There appears to be a greater prevalence of retinal amyloidosis around first-order branches in cognitively intact individuals, while significantly greater retinal amyloidosis is found around smaller branches in patients with impaired cognition. The reduced complexity of the retinal vascular branching network, as previously described in subjects with MCI and AD [15, 26, 29, 79], may explain the preferential accumulation of perivascular amyloid in secondary branches in cognitively impaired individuals. Interestingly, an agnostic machine learning-based study identified the same secondary branch perivascular area on heat-maps derived from retinal photographs, discriminating between AD individuals and healthy controls with high accuracy [80].

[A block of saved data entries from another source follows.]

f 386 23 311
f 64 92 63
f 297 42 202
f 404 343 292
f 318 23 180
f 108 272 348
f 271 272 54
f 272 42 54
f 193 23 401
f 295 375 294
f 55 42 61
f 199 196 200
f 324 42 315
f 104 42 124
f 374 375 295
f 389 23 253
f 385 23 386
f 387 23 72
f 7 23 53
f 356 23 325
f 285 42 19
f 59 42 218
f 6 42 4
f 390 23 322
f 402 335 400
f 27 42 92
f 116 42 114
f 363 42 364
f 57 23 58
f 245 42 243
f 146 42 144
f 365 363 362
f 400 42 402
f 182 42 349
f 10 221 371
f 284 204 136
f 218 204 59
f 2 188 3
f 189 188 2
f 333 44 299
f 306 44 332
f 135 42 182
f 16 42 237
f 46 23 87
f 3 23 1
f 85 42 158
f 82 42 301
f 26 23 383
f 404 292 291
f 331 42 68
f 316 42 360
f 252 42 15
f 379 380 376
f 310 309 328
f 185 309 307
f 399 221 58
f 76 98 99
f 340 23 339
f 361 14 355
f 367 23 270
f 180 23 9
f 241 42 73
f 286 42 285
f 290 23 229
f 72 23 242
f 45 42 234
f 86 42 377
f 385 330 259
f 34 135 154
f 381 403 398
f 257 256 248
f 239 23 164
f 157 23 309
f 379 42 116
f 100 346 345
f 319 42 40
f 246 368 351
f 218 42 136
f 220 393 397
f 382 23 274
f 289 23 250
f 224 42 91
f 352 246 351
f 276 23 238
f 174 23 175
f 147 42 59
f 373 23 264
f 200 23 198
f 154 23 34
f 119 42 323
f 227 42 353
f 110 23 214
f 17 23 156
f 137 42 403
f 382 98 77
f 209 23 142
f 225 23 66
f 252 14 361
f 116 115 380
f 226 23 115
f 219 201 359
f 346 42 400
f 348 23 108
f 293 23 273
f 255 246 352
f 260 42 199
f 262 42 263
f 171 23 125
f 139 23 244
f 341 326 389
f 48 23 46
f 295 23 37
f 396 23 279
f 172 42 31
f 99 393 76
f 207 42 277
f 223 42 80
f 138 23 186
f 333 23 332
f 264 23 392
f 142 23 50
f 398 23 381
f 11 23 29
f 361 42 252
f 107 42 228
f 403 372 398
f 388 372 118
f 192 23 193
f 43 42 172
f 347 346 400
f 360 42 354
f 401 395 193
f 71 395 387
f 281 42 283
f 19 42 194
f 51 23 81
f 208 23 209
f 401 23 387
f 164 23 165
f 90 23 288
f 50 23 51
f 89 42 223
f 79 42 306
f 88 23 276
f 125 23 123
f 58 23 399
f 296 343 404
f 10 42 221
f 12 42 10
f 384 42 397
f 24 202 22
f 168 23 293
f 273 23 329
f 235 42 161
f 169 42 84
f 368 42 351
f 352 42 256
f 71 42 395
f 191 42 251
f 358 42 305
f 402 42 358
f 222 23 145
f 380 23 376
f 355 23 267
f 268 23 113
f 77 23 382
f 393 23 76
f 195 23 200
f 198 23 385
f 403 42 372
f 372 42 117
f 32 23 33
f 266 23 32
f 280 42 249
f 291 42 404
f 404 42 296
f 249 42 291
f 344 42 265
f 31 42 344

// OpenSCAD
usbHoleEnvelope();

Our results within small subgroups should be interpreted cautiously and require confirmation in larger well-powered studies, further exploring the clinical utility of perivascular amyloidosis topography and the underlying pathophysiology of peri-arteriolar and peri-venular amyloid deposition at various stages of AD progression. With this current methodology, we were unable to assess the retinal far periphery or determine the status of amyloid burden adjacent to capillaries, both of which warrant future investigation. Furthermore, automated protocols to analyze retinal perivascular amyloidosis in the whole fundus are needed. Other study limitations include the relatively small number of subjects with cognitive decline, predominantly of Caucasian race, and the lack of AD biomarker confirmation, which reduces the generalizability of our findings.

Conclusions

In this exploratory study of the topographical interaction between retinal vasculature and Aβ deposits, we discovered that increased supero-temporal retinal Aβ deposits in the distal peri-venular regions can differentiate between normal and impaired cognition and are inversely associated with hippocampal neurodegeneration. Our findings from both in vivo imaging and histopathological analyses reveal similar patterns of perivascular Aβ depositions. These data further support the hypothesis that the pathophysiology of AD in the retina and brain is analogous, evidenced by the preferential accumulation of amyloid in the peri-arterial regions. However, the relationship between retinal perivascular amyloidosis and cognitive performance is complex and necessitates further investigation through longitudinal prospective studies involving a larger and more diverse cohort with confirmation of cerebral amyloid status via amyloid-PET imaging. It is worthwhile to further explore and validate the potential of peri-arteriolar and peri-venular amyloid burden as biomarkers across various stages of AD and as potential risk for ARIA.